# What to work on:
In the material below, the lines from the one containing "f 176 198 291" through the one containing "f 263 262 104" are to be given again exactly, ends included, and no others.

# Input for this task:
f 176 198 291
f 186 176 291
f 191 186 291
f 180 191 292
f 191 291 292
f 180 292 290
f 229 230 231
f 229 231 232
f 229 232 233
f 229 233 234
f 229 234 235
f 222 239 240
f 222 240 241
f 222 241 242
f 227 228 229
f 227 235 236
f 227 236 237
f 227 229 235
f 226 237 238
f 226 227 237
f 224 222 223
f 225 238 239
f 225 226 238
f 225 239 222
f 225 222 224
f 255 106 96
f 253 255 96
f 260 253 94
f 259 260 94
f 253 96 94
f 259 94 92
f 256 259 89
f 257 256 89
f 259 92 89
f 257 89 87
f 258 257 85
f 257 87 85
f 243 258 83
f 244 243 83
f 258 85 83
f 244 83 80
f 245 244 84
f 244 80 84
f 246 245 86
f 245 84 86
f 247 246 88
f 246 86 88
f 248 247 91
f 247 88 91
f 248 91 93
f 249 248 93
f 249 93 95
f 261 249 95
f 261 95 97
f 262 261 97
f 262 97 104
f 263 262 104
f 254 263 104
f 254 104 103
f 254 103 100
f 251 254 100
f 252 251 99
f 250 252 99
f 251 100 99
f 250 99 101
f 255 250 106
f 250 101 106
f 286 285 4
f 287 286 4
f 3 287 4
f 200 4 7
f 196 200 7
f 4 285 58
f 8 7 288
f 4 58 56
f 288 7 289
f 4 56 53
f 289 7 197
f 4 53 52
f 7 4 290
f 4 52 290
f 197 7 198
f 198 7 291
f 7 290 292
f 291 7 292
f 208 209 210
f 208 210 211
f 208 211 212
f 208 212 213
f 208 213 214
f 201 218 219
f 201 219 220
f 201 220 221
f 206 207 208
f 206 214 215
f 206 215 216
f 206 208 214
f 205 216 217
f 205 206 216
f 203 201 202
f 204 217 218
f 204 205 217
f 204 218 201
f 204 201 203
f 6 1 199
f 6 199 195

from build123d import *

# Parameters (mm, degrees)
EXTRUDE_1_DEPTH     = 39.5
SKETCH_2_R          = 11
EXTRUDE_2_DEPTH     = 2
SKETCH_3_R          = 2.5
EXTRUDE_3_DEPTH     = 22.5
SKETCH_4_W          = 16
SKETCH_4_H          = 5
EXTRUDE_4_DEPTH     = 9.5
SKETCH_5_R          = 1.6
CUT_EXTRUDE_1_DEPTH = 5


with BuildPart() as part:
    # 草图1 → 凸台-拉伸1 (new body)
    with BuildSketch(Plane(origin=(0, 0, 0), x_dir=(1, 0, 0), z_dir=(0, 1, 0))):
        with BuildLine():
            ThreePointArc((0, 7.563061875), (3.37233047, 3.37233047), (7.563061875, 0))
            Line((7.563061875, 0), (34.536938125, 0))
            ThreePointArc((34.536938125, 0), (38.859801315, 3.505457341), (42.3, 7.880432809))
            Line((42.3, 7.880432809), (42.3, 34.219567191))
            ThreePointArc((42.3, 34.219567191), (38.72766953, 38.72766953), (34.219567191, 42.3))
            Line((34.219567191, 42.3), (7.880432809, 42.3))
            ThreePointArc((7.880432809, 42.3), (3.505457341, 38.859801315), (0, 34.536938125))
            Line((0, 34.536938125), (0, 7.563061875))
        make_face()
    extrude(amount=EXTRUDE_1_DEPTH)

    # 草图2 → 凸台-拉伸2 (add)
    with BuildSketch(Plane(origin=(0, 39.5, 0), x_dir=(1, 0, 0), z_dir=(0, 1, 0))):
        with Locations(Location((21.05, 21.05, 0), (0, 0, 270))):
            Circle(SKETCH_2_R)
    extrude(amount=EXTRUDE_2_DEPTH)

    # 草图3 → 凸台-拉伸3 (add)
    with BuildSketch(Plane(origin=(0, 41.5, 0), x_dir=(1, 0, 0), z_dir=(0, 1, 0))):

* * *

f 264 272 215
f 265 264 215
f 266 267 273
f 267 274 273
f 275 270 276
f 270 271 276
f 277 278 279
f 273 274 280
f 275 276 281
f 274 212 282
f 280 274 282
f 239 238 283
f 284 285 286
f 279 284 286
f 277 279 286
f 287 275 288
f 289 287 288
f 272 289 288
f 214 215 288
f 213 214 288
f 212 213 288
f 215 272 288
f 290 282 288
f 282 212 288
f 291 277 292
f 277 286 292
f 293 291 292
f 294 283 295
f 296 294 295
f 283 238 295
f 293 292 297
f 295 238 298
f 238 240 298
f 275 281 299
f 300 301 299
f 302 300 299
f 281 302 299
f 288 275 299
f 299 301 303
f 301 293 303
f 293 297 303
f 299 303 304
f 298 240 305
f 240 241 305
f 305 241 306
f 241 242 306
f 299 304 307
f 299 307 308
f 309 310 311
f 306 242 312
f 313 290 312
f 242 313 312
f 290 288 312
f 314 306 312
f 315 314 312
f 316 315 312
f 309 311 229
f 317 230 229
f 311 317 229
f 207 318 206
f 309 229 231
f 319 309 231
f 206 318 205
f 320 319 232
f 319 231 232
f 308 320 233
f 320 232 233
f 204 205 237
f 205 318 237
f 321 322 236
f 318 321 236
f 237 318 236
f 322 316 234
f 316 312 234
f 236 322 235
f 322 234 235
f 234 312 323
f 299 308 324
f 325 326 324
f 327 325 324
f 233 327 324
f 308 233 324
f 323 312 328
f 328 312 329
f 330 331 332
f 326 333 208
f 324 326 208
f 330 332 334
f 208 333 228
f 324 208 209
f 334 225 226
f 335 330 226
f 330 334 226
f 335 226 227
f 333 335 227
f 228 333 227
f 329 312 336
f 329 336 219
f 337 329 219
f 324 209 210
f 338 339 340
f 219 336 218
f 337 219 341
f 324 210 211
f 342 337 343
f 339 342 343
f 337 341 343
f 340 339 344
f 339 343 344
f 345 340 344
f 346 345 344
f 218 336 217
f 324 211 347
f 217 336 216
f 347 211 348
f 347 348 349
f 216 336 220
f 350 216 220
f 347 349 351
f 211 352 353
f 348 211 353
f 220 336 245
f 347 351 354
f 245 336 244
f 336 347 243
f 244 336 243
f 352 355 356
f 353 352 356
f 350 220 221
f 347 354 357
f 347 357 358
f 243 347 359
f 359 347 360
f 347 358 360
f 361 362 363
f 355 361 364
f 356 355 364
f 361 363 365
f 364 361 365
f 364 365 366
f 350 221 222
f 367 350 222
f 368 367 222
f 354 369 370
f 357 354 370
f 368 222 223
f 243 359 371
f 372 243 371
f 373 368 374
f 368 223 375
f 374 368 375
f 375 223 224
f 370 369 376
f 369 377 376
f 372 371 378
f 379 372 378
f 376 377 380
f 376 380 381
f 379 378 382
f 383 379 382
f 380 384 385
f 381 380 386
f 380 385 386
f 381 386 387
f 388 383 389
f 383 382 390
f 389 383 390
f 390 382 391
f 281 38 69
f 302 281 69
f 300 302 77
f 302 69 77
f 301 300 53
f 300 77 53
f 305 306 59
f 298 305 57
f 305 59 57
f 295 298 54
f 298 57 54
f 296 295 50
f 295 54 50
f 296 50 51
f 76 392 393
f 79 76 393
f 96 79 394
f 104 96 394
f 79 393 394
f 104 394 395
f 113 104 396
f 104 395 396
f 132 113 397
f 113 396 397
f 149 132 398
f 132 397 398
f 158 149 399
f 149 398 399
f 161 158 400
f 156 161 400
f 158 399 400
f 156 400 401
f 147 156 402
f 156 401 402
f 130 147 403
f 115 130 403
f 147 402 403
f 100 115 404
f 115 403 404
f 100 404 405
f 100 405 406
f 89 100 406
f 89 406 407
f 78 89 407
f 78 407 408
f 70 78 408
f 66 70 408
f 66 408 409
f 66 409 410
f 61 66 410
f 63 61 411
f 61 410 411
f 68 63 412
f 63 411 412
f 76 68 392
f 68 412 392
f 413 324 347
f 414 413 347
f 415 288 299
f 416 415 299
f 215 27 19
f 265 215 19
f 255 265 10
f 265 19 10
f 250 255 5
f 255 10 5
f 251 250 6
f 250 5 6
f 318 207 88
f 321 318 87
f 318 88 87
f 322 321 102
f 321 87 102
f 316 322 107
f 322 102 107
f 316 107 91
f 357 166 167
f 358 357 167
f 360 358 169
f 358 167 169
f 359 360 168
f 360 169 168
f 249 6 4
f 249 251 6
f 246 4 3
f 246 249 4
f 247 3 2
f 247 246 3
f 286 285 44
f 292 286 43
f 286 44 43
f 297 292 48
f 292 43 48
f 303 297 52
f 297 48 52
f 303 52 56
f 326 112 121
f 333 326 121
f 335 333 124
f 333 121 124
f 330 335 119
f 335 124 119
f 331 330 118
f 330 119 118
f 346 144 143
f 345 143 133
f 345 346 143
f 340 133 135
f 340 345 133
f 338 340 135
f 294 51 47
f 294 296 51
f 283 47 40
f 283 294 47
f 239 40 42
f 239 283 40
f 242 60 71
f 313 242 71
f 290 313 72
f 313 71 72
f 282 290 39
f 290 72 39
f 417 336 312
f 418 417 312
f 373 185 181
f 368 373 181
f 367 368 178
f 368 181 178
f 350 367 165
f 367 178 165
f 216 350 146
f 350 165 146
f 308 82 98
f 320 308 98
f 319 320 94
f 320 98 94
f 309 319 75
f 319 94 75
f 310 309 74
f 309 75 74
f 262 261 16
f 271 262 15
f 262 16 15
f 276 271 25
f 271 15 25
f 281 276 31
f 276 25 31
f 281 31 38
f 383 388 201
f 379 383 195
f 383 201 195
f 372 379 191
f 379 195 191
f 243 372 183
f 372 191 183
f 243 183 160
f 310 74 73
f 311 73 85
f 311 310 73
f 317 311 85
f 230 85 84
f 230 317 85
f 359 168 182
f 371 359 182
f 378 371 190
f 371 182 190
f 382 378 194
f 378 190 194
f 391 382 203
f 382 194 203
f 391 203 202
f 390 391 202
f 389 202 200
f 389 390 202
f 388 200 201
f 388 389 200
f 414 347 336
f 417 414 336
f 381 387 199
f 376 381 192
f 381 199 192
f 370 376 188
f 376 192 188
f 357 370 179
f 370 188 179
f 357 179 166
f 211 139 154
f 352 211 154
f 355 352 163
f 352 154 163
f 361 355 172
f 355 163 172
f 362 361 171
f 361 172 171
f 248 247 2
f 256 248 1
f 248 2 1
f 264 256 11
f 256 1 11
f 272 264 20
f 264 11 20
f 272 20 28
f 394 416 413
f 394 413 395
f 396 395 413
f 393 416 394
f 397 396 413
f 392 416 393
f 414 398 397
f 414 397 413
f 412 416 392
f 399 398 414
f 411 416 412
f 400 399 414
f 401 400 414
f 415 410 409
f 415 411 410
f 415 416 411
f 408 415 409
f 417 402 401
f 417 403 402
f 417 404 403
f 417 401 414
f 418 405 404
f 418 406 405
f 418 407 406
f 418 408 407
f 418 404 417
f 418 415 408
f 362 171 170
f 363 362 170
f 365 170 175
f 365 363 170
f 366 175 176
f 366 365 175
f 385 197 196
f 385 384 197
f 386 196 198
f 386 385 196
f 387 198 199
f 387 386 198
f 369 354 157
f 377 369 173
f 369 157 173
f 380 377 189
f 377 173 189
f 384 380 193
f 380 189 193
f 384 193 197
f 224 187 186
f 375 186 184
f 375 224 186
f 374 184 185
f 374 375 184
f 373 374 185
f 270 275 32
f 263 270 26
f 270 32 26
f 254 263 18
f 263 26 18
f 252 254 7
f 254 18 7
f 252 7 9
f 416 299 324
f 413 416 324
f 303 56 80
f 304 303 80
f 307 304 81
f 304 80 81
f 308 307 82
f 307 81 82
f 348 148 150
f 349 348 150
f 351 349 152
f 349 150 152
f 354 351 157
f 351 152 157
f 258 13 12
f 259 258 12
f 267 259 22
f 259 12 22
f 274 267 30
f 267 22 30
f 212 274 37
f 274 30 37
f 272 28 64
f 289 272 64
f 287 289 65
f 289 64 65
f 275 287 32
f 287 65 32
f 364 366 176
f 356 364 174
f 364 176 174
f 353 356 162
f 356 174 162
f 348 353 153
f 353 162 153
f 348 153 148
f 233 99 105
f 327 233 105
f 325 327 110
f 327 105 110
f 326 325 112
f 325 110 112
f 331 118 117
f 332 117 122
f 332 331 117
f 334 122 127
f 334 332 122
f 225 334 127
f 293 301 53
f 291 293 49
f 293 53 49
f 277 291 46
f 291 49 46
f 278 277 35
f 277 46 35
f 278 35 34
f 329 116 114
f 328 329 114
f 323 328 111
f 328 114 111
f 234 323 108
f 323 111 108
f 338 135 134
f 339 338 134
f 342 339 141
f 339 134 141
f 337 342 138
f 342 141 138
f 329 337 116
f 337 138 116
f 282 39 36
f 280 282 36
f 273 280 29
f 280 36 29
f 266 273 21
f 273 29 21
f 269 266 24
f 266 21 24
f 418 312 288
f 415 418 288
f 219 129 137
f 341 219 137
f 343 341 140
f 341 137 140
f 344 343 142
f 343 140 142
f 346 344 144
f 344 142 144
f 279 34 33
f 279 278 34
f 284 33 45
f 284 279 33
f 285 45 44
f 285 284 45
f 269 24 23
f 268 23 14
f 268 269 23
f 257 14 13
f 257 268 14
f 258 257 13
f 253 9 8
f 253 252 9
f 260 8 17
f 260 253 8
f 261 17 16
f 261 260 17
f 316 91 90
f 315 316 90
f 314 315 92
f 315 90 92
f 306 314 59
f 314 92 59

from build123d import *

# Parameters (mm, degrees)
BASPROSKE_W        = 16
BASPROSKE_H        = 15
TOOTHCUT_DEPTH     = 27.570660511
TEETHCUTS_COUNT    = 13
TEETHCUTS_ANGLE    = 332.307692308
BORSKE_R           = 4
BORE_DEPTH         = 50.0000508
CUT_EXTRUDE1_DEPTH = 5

# Result for this task:
f 176 198 291
f 186 176 291
f 191 186 291
f 180 191 292
f 191 291 292
f 180 292 290
f 229 230 231
f 229 231 232
f 229 232 233
f 229 233 234
f 229 234 235
f 222 239 240
f 222 240 241
f 222 241 242
f 227 228 229
f 227 235 236
f 227 236 237
f 227 229 235
f 226 237 238
f 226 227 237
f 224 222 223
f 225 238 239
f 225 226 238
f 225 239 222
f 225 222 224
f 255 106 96
f 253 255 96
f 260 253 94
f 259 260 94
f 253 96 94
f 259 94 92
f 256 259 89
f 257 256 89
f 259 92 89
f 257 89 87
f 258 257 85
f 257 87 85
f 243 258 83
f 244 243 83
f 258 85 83
f 244 83 80
f 245 244 84
f 244 80 84
f 246 245 86
f 245 84 86
f 247 246 88
f 246 86 88
f 248 247 91
f 247 88 91
f 248 91 93
f 249 248 93
f 249 93 95
f 261 249 95
f 261 95 97
f 262 261 97
f 262 97 104
f 263 262 104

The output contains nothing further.